Problem: In the entries below, find every line holding the string "Rectangle" and collect it.

Given data:
<<<<

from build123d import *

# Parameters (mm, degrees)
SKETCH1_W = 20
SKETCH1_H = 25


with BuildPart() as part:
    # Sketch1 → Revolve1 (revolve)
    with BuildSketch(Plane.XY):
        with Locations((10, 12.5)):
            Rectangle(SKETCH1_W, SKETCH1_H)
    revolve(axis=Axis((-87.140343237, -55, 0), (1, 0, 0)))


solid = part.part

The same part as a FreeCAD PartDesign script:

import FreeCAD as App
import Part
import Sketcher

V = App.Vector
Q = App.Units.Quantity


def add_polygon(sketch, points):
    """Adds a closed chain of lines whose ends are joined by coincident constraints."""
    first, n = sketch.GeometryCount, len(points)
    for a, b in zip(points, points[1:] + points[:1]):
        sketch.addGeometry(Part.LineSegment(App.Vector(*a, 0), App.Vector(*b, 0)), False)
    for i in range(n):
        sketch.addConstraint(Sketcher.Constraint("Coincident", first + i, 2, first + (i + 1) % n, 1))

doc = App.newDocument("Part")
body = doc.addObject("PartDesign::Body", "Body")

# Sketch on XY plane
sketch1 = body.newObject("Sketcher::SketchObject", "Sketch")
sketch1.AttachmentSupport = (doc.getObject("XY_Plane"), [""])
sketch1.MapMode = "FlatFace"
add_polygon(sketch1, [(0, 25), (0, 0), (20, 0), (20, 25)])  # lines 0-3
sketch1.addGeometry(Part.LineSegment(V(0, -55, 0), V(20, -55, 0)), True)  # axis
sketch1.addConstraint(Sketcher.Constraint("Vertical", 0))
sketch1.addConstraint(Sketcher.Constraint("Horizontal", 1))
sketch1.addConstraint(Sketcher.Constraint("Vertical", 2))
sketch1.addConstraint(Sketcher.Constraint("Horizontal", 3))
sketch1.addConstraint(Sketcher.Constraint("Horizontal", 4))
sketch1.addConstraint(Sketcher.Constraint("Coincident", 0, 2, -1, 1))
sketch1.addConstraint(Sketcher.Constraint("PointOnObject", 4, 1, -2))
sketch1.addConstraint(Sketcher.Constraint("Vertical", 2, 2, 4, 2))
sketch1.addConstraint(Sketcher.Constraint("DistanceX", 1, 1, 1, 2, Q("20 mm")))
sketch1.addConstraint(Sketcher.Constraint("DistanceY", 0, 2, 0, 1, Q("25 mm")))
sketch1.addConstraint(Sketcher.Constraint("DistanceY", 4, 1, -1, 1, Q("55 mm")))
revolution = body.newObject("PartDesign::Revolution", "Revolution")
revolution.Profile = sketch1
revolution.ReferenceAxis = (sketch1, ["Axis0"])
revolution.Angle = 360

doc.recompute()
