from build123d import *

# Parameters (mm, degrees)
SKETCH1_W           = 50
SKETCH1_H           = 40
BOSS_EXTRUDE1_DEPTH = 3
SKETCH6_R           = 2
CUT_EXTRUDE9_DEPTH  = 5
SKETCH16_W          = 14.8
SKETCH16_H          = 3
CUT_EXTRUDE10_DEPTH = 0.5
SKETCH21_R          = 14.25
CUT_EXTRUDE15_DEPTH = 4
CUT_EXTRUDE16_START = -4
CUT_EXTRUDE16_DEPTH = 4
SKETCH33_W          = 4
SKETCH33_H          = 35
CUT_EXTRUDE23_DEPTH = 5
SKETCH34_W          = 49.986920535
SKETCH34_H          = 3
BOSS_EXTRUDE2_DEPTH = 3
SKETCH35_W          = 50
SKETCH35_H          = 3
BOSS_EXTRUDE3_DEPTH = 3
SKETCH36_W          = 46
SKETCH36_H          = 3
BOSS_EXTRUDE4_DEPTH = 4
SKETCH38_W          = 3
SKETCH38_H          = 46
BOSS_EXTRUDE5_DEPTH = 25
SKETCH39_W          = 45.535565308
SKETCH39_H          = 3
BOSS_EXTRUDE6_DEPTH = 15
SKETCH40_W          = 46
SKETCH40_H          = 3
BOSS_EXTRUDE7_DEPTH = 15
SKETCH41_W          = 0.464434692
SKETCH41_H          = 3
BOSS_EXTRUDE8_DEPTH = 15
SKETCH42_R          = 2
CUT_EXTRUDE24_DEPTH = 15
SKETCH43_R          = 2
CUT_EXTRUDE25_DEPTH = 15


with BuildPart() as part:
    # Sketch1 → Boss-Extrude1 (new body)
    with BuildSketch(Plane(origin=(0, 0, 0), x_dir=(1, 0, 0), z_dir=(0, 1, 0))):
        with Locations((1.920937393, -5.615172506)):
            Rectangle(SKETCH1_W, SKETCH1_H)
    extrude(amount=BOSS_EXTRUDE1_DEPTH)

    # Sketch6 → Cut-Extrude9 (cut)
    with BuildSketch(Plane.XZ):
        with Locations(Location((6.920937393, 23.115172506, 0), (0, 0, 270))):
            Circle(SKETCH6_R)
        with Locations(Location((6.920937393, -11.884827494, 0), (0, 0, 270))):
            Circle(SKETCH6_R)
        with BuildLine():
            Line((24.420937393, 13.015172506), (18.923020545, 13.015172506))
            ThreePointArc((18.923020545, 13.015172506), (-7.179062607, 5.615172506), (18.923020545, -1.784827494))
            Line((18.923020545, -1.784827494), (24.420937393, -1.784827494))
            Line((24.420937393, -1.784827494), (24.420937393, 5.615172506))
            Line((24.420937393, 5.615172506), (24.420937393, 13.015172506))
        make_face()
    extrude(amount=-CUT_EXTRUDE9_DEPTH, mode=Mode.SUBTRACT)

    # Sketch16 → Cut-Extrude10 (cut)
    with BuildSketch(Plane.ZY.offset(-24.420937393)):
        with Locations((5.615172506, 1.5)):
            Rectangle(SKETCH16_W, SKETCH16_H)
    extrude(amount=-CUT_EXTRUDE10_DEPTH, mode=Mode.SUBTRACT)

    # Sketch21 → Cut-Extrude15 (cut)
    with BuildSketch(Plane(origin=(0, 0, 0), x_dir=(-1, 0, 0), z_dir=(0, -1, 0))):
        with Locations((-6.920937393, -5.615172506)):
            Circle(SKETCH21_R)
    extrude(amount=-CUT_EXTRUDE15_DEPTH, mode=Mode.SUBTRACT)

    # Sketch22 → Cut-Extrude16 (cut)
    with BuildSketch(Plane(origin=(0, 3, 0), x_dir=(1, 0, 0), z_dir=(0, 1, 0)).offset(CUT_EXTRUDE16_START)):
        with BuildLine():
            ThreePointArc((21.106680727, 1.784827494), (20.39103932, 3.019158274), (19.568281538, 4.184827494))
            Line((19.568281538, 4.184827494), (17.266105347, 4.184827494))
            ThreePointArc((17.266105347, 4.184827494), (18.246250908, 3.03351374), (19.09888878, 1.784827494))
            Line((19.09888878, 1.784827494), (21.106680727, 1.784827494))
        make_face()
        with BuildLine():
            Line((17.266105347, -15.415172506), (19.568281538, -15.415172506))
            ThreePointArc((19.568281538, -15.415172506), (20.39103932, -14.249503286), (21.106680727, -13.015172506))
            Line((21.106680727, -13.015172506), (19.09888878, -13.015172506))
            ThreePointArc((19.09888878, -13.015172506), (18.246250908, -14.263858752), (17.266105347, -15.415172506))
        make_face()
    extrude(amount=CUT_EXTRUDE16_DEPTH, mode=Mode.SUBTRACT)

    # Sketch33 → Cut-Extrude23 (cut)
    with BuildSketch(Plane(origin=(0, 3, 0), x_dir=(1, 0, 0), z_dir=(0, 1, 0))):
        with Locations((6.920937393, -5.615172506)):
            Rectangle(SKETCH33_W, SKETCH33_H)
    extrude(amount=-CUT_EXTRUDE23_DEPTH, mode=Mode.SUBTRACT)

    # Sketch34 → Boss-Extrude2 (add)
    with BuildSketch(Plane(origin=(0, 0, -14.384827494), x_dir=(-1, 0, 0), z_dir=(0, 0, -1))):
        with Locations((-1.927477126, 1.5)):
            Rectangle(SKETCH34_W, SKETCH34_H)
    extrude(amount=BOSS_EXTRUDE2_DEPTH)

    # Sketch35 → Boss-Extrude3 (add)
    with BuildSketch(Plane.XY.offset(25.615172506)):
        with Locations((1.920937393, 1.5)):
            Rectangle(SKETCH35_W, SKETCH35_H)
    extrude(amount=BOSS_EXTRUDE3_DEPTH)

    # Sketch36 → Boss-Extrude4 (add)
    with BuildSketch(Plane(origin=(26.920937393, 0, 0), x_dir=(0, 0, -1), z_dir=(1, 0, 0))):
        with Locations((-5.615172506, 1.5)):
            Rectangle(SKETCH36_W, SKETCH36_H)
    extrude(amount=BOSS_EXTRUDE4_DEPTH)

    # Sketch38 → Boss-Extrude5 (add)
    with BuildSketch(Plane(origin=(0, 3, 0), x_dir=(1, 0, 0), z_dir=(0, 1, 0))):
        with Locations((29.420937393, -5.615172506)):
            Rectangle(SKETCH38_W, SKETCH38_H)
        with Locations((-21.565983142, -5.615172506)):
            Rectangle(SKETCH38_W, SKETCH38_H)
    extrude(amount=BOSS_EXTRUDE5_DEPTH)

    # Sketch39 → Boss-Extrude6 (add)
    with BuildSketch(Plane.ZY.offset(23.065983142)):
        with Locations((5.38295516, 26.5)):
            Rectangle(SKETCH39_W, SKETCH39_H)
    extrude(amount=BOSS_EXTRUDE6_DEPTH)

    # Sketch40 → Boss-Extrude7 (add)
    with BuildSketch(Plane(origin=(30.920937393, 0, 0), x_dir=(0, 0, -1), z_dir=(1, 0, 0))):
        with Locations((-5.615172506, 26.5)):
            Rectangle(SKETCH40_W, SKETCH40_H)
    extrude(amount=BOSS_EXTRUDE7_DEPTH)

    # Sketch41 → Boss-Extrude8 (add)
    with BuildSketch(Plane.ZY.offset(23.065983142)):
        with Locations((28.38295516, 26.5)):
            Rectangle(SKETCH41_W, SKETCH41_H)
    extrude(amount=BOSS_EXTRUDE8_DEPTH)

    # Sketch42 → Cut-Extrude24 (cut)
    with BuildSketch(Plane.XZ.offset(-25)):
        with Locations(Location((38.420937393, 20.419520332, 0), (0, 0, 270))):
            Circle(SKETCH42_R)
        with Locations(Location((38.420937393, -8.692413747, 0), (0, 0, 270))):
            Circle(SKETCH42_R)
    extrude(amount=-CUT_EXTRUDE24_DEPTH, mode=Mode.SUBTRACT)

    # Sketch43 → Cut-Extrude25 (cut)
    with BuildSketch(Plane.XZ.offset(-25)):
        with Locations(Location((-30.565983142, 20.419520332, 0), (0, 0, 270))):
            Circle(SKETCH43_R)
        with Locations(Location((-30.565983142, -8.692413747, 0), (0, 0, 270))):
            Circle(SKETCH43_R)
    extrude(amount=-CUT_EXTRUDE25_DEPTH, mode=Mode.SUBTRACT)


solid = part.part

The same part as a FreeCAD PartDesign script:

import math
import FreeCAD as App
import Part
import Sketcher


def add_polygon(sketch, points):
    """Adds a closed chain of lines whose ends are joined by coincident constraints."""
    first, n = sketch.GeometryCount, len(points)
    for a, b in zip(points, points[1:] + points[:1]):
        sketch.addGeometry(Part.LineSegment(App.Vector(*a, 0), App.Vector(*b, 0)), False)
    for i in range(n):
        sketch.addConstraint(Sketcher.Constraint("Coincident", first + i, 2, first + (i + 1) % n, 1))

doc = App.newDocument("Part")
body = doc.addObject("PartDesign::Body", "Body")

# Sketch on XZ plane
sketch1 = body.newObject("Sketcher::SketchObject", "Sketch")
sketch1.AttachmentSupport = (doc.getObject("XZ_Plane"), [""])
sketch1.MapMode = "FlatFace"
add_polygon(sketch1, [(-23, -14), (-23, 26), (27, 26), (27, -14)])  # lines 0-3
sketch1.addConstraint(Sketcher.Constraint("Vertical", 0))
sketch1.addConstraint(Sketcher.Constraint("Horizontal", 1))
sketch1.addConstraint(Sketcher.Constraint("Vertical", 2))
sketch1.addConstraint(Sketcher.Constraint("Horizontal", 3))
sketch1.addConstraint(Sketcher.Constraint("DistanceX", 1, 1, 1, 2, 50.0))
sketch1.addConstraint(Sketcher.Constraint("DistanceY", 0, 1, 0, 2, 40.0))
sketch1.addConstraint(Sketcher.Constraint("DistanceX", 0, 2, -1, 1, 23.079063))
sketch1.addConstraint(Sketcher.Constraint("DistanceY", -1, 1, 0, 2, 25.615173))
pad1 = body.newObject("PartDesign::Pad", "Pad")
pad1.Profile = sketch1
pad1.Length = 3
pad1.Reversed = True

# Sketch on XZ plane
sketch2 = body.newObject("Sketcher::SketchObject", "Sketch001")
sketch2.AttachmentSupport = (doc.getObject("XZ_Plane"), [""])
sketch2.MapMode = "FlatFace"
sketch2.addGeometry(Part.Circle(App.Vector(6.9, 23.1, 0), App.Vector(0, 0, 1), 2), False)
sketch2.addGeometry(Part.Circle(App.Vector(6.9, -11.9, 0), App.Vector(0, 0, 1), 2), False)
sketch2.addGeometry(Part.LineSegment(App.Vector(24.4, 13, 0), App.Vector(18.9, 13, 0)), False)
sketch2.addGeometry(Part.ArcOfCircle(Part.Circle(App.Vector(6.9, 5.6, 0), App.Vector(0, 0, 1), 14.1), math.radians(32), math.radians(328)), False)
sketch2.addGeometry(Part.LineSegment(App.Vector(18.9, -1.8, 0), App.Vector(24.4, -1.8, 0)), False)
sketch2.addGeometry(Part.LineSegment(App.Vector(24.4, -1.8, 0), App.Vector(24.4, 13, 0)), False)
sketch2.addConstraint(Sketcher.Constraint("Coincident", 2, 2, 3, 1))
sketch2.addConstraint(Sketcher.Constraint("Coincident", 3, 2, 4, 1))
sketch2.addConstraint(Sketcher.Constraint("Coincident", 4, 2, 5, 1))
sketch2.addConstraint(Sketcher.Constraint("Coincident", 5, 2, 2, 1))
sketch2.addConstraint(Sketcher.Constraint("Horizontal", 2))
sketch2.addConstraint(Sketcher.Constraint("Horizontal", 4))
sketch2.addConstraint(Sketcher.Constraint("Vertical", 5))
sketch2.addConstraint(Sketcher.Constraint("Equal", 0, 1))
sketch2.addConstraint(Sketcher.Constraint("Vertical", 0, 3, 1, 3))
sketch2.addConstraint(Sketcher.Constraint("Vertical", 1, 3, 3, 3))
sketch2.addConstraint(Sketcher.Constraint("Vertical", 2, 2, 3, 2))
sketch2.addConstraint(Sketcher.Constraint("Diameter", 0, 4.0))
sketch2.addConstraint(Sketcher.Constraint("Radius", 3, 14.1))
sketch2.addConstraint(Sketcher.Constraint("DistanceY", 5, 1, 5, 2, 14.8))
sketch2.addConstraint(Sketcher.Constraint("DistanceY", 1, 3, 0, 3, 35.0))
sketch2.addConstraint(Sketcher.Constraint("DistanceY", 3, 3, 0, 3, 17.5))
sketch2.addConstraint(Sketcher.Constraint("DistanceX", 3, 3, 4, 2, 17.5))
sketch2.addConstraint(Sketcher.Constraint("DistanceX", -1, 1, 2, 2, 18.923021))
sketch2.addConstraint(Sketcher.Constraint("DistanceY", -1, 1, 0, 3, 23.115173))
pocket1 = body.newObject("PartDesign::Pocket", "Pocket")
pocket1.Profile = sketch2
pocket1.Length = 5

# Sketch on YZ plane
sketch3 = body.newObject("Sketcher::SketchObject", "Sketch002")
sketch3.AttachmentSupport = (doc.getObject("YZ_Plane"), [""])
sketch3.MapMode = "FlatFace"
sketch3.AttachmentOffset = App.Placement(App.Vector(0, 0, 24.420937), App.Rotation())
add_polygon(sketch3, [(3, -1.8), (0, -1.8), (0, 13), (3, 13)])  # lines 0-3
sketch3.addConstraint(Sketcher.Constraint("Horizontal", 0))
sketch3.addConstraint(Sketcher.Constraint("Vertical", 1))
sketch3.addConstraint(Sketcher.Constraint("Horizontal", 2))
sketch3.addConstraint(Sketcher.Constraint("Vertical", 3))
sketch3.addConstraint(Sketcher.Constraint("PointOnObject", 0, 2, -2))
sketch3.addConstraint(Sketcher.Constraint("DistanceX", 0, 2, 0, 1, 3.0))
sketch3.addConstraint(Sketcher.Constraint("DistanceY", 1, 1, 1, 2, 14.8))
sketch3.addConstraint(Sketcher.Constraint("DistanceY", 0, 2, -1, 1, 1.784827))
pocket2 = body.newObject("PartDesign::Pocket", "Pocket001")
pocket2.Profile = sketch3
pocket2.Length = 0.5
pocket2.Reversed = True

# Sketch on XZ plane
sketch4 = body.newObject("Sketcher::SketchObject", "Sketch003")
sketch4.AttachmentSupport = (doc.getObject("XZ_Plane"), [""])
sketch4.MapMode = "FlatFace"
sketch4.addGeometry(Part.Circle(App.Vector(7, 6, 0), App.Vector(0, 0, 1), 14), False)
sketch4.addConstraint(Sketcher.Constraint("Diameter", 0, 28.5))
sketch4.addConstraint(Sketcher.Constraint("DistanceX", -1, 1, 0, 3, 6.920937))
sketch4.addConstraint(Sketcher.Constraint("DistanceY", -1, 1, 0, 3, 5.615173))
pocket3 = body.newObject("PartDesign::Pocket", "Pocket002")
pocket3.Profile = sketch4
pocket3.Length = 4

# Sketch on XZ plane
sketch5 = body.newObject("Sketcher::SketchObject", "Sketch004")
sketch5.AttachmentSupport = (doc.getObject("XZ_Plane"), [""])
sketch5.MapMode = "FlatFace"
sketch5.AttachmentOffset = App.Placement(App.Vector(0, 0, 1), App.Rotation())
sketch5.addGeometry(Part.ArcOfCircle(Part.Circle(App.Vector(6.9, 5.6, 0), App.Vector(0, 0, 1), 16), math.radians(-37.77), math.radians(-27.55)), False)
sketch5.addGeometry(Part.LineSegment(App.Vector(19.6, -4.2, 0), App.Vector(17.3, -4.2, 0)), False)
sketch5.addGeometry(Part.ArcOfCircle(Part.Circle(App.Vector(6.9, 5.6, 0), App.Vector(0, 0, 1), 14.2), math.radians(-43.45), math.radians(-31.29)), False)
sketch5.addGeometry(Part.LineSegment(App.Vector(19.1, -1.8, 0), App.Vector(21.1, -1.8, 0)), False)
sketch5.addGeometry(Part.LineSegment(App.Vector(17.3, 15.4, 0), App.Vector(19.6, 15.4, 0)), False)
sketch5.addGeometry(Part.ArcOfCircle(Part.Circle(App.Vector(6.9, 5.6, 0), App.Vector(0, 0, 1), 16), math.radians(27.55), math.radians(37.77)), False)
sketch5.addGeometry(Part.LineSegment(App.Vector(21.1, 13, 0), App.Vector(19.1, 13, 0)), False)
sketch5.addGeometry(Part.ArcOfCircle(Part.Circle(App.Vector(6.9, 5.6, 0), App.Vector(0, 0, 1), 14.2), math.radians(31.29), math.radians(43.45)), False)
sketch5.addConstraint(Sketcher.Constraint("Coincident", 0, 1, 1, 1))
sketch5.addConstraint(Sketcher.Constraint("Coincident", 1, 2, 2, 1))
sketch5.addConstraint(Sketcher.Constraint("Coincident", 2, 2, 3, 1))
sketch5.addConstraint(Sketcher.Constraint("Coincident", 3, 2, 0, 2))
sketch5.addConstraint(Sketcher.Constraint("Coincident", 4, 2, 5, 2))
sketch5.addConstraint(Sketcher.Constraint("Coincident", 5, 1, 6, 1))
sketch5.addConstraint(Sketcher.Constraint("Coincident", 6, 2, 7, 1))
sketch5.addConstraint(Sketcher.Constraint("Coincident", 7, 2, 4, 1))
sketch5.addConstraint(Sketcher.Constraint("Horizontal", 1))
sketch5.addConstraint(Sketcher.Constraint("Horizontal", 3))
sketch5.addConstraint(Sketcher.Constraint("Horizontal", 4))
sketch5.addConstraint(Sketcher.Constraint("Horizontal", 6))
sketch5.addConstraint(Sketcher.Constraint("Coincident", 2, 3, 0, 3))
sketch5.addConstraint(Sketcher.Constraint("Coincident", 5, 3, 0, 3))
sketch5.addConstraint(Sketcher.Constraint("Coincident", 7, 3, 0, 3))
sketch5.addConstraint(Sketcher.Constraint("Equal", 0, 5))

>>>>

Result below:
            Rectangle(SKETCH1_W, SKETCH1_H)
            Rectangle(SKETCH1_W, SKETCH1_H)
            Rectangle(SKETCH16_W, SKETCH16_H)
            Rectangle(SKETCH33_W, SKETCH33_H)
            Rectangle(SKETCH34_W, SKETCH34_H)
            Rectangle(SKETCH35_W, SKETCH35_H)
            Rectangle(SKETCH36_W, SKETCH36_H)
            Rectangle(SKETCH38_W, SKETCH38_H)
            Rectangle(SKETCH38_W, SKETCH38_H)
            Rectangle(SKETCH39_W, SKETCH39_H)
            Rectangle(SKETCH40_W, SKETCH40_H)
            Rectangle(SKETCH41_W, SKETCH41_H)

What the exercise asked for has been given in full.